→ **AIM OF THE EXERCISE**
Please copy out the entries below exactly, beginning with the line that contains "v 10.091 5.909 0" and ending with the line that contains "v 8.061 9.707 6", and include nothing outside that span.
GIVEN INFORMATION: Begin
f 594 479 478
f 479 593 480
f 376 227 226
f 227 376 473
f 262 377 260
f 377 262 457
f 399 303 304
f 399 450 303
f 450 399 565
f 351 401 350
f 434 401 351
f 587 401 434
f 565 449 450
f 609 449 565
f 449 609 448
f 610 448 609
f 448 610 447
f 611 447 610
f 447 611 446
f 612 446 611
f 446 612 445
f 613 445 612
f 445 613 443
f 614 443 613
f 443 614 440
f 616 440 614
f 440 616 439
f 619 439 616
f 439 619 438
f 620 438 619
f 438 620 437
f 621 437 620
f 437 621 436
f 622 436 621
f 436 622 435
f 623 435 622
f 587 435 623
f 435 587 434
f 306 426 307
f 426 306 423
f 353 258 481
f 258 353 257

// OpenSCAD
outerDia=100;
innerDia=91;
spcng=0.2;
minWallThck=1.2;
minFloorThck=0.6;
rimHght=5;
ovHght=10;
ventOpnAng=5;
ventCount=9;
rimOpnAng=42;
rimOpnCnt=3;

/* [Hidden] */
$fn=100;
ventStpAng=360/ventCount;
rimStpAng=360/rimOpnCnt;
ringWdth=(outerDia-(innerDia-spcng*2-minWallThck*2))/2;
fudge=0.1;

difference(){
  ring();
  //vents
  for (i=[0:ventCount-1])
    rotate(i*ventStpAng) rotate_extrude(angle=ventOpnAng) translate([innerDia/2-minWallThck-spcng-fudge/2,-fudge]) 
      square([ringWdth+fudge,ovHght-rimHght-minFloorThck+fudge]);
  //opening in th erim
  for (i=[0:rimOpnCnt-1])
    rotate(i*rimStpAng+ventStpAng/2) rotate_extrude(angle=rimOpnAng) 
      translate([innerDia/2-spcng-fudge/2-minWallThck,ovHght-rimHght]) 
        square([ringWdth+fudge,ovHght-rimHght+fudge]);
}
GIVEN INFORMATION: End
GIVEN INFORMATION: Begin
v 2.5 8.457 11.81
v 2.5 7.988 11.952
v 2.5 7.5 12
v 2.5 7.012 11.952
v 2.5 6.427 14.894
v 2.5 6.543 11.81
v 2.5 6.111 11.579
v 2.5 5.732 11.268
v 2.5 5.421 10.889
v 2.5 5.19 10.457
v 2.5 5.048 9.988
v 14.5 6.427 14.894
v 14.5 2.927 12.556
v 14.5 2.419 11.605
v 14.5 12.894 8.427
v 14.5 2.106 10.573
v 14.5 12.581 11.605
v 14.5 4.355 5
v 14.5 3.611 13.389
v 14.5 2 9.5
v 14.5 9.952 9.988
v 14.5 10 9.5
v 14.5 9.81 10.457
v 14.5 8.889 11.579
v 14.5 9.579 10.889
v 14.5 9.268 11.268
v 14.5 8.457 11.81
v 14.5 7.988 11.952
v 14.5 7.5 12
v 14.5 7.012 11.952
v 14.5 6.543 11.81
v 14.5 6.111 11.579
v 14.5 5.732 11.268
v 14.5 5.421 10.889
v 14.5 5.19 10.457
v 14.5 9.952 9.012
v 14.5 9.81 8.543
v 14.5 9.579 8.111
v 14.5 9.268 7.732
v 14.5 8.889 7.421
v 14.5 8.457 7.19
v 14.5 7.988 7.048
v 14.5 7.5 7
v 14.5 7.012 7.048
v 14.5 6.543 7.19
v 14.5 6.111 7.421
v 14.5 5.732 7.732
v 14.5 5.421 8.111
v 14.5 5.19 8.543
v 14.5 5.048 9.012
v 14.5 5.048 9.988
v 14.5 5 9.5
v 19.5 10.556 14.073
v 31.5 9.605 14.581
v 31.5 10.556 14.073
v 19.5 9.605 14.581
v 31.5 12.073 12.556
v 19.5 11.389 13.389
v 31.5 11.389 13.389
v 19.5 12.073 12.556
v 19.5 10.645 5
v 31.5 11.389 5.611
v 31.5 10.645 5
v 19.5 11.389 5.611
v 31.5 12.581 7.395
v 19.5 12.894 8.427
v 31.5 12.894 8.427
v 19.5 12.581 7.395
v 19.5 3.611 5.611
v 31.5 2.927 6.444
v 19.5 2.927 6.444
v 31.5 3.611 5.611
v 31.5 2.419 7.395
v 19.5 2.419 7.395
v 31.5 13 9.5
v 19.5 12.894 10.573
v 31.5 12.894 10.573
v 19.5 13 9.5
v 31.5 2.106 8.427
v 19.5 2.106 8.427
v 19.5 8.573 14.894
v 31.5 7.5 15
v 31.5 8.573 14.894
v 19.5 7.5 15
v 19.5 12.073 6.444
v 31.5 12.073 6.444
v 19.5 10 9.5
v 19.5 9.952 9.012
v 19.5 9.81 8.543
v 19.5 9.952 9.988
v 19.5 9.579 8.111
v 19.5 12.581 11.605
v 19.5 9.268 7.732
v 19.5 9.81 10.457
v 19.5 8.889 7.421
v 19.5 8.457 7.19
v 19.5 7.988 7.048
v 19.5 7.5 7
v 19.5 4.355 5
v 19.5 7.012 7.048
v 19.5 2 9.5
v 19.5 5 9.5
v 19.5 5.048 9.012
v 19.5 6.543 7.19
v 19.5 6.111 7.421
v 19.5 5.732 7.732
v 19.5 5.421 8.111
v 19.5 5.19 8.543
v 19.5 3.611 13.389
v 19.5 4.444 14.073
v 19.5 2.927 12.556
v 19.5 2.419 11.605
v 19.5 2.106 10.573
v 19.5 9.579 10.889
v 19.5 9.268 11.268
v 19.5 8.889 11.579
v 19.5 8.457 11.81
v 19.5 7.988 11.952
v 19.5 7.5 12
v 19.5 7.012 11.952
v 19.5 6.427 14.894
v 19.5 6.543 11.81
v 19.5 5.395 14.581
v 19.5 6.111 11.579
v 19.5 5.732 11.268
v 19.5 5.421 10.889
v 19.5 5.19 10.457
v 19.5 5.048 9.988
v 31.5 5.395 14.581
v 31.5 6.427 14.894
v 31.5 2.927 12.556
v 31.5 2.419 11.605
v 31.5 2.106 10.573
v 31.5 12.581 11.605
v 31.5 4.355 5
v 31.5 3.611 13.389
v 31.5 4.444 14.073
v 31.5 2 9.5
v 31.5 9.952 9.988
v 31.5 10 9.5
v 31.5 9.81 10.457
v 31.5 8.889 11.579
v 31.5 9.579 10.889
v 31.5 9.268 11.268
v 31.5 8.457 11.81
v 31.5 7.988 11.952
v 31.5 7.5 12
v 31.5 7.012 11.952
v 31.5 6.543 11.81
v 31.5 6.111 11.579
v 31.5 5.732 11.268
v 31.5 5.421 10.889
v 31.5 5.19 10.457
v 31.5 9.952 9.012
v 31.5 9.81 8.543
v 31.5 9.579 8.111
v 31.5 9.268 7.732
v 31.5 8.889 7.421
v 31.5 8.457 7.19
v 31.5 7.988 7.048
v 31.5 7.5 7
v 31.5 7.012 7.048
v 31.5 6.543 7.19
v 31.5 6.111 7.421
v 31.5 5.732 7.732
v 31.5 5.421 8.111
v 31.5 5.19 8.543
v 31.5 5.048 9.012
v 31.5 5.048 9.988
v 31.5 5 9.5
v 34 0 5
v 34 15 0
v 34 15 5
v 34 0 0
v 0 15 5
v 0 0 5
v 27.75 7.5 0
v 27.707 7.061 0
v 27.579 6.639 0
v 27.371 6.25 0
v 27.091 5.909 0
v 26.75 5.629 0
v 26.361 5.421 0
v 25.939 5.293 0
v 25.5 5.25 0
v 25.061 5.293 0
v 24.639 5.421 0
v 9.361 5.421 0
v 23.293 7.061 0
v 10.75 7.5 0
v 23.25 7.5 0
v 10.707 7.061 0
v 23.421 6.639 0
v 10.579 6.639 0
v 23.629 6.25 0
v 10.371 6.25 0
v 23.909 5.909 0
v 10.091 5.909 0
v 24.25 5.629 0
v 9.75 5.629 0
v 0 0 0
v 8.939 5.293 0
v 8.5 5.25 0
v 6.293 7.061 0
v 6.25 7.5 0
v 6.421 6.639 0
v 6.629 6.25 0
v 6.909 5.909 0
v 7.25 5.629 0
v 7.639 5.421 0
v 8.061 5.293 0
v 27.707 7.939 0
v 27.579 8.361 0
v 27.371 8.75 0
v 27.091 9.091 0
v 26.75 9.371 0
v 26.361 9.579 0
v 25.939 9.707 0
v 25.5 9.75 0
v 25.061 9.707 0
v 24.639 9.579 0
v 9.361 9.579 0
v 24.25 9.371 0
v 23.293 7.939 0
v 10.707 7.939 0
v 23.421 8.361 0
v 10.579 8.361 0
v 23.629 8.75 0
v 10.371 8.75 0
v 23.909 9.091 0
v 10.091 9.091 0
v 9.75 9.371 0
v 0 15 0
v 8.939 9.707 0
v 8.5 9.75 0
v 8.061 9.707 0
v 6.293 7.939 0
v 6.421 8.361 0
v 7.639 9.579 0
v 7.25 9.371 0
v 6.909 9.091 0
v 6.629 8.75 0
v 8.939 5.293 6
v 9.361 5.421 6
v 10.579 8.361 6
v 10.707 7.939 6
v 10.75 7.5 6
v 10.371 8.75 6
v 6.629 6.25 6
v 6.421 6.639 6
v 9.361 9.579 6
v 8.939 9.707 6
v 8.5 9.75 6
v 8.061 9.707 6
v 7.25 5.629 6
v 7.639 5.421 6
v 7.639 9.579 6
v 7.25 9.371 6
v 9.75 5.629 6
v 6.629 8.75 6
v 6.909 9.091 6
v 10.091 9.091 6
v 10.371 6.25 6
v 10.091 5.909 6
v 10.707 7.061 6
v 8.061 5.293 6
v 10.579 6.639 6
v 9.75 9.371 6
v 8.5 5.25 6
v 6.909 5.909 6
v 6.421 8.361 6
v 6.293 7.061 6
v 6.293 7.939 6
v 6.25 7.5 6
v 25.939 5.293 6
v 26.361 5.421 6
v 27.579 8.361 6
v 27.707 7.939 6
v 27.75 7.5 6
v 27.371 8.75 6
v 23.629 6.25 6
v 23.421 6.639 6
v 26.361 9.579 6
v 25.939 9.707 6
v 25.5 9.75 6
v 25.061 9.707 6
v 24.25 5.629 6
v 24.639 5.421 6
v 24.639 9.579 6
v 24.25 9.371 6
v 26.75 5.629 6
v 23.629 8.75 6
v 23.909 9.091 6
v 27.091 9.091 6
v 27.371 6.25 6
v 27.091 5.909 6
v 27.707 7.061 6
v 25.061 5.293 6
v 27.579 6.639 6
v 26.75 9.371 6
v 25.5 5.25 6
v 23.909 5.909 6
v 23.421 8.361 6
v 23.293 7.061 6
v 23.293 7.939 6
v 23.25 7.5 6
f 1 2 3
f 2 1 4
GIVEN INFORMATION: End
→ **RESPONSE**
v 10.091 5.909 0
v 24.25 5.629 0
v 9.75 5.629 0
v 0 0 0
v 8.939 5.293 0
v 8.5 5.25 0
v 6.293 7.061 0
v 6.25 7.5 0
v 6.421 6.639 0
v 6.629 6.25 0
v 6.909 5.909 0
v 7.25 5.629 0
v 7.639 5.421 0
v 8.061 5.293 0
v 27.707 7.939 0
v 27.579 8.361 0
v 27.371 8.75 0
v 27.091 9.091 0
v 26.75 9.371 0
v 26.361 9.579 0
v 25.939 9.707 0
v 25.5 9.75 0
v 25.061 9.707 0
v 24.639 9.579 0
v 9.361 9.579 0
v 24.25 9.371 0
v 23.293 7.939 0
v 10.707 7.939 0
v 23.421 8.361 0
v 10.579 8.361 0
v 23.629 8.75 0
v 10.371 8.75 0
v 23.909 9.091 0
v 10.091 9.091 0
v 9.75 9.371 0
v 0 15 0
v 8.939 9.707 0
v 8.5 9.75 0
v 8.061 9.707 0
v 6.293 7.939 0
v 6.421 8.361 0
v 7.639 9.579 0
v 7.25 9.371 0
v 6.909 9.091 0
v 6.629 8.75 0
v 8.939 5.293 6
v 9.361 5.421 6
v 10.579 8.361 6
v 10.707 7.939 6
v 10.75 7.5 6
v 10.371 8.75 6
v 6.629 6.25 6
v 6.421 6.639 6
v 9.361 9.579 6
v 8.939 9.707 6
v 8.5 9.75 6
v 8.061 9.707 6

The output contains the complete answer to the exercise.